Asexual in a Sexual World

By the time Decker turned 20, she had compiled a “top 10” list of assumptions she was sick of hearing in response to her sexuality. Among them: “You must have just gotten out of a bad relationship.” “You haven’t found the right person yet.” “You’ll grow out of it.” “You must have been abused a kid.” “You hate men.” “You should experiment more.”

“It’s almost like asexuality is considered to be this last resort diagnosis that [people] would like us to try to make sure we’re everything and anything but this before we give up and say that we are asexual,” Decker says. “I would like it to be processed as something that is a reasonable possibility right from the beginning.”

Such reactions can have mental health implications: Asexuality is associated with a higher prevalence of mental health and relationship problems, according to one of Brotto’s studies. ​So while a mental health issue like depression or a history of trauma​ doesn’t seem to cause someone to be asexual – as is often presumed – being asexual in a highly sexualized world might cause someone to have mental health problems.

“I’ve met so many people in the [asexual] community who felt like they had a lot of unlearning to do and a lot of damage to heal by the time that they found out asexuality exists,” Decker says.

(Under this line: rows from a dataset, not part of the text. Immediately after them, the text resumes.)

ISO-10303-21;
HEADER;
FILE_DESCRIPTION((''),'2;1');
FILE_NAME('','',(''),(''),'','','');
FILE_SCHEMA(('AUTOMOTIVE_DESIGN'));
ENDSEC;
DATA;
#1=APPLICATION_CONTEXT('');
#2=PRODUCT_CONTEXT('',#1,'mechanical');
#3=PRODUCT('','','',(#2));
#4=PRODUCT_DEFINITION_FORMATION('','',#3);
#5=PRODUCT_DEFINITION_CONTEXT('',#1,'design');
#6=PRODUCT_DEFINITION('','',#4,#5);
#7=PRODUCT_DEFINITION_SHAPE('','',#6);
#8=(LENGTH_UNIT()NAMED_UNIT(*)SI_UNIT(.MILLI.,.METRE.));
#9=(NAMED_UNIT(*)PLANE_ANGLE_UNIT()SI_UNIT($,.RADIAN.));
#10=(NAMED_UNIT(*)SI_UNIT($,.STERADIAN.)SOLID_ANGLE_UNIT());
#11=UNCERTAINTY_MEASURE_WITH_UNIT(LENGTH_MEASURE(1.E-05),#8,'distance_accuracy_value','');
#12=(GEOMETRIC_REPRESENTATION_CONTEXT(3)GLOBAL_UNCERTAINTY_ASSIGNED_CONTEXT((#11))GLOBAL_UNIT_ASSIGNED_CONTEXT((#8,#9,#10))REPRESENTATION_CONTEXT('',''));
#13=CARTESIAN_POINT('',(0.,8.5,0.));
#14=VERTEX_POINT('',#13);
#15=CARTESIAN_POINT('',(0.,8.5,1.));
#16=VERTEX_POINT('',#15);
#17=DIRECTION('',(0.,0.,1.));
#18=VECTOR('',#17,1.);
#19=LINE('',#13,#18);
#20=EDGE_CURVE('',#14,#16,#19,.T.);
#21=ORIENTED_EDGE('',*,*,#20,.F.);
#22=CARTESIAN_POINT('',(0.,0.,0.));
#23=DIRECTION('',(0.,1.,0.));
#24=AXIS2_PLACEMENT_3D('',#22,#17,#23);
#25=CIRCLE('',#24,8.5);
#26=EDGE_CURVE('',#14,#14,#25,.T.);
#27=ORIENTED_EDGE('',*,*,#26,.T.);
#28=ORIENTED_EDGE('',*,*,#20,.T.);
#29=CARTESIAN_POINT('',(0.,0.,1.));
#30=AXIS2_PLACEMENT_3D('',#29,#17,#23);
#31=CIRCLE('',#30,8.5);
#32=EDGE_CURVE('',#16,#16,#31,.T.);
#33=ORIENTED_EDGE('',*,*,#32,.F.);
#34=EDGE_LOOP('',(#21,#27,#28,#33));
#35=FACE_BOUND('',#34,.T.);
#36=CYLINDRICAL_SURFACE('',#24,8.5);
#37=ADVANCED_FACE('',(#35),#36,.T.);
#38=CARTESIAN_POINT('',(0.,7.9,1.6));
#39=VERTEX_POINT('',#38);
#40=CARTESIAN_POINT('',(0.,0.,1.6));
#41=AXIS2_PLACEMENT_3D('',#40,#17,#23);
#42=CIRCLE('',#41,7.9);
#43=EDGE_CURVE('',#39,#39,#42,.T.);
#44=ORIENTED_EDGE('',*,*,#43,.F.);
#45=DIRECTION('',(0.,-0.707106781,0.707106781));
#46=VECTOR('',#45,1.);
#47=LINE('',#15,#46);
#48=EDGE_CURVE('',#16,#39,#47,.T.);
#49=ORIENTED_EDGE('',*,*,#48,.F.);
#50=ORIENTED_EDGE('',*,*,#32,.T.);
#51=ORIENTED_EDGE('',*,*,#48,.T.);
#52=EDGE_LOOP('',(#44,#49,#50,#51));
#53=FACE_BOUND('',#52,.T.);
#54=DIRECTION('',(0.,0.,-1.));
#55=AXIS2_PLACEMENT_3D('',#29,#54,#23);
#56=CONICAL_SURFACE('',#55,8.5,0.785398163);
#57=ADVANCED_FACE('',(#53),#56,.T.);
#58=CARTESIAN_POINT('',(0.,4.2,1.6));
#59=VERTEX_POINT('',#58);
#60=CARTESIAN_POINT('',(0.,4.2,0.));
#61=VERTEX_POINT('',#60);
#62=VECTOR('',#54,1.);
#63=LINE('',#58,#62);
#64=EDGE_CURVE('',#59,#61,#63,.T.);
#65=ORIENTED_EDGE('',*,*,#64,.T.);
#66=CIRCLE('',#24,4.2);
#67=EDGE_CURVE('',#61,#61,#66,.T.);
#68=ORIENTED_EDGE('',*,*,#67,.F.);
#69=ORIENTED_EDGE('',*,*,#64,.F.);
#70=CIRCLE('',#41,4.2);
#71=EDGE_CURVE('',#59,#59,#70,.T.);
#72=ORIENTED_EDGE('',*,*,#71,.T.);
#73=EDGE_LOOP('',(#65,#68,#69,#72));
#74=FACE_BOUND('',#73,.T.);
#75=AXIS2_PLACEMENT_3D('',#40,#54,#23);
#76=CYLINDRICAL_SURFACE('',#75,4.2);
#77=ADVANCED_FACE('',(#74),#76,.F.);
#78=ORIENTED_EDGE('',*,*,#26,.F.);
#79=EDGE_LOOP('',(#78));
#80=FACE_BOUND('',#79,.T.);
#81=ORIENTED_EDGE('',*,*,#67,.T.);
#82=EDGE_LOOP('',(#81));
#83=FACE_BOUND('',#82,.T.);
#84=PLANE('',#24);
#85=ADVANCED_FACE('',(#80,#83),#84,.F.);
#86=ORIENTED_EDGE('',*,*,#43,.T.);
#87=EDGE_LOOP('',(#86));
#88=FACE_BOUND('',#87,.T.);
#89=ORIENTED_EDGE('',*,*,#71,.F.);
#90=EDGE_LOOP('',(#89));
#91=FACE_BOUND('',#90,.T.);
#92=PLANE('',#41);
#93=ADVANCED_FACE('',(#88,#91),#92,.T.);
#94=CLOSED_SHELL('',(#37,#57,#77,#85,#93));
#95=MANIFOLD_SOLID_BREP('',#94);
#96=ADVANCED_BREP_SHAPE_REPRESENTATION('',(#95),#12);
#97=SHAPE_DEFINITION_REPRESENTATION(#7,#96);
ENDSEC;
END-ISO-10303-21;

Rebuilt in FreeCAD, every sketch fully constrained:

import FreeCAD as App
import Part
import Sketcher
from FreeCAD import Vector
Q = App.Units.Quantity


def add_polygon(sketch, points):
    """Adds a closed chain of lines whose ends are joined by coincident constraints."""
    first, n = sketch.GeometryCount, len(points)
    for a, b in zip(points, points[1:] + points[:1]):
        sketch.addGeometry(Part.LineSegment(App.Vector(*a, 0), App.Vector(*b, 0)), False)
    for i in range(n):
        sketch.addConstraint(Sketcher.Constraint("Coincident", first + i, 2, first + (i + 1) % n, 1))

doc = App.newDocument("Part")
body = doc.addObject("PartDesign::Body", "Body")

# Sketch on YZ plane
sketch1 = body.newObject("Sketcher::SketchObject", "Sketch")
sketch1.AttachmentSupport = (doc.getObject("YZ_Plane"), [""])
sketch1.MapMode = "FlatFace"
add_polygon(sketch1, [(4.2, 0), (8.5, 0), (8.5, 1), (7.9, 1.6), (4.2, 1.6)])  # lines 0-4
sketch1.addConstraint(Sketcher.Constraint("Horizontal", 0))
sketch1.addConstraint(Sketcher.Constraint("Vertical", 1))
sketch1.addConstraint(Sketcher.Constraint("Horizontal", 3))
sketch1.addConstraint(Sketcher.Constraint("Vertical", 4))
sketch1.addConstraint(Sketcher.Constraint("PointOnObject", 0, 2, -1))
sketch1.addConstraint(Sketcher.Constraint("DistanceY", 1, 1, 1, 2, 1.0))
sketch1.addConstraint(Sketcher.Constraint("Angle", 2, Q("135 deg")))
sketch1.addConstraint(Sketcher.Constraint("DistanceX", 0, 1, 0, 2, 4.3))
sketch1.addConstraint(Sketcher.Constraint("DistanceX", 3, 2, 3, 1, 3.7))
sketch1.addConstraint(Sketcher.Constraint("DistanceX", -1, 1, 0, 2, 8.5))
revolution = body.newObject("PartDesign::Revolution", "Revolution")
revolution.Profile = sketch1
revolution.ReferenceAxis = (sketch1, ["V_Axis"])
revolution.Angle = 360

doc.recompute()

In those cases, people who are asexual can benefit from therapy that helps them be more comfortable with who they are, Rosenberg says. It’s also worth seeking help if your level of sexual desire – which can be influenced by anything from medications to weight gain to age – has dipped or surged. “Should someone be checked out if there’s a marked change? Absolutely,” Rosenberg says. “But should someone be shamed into accepting the norm? No, they should embrace their uniqueness.”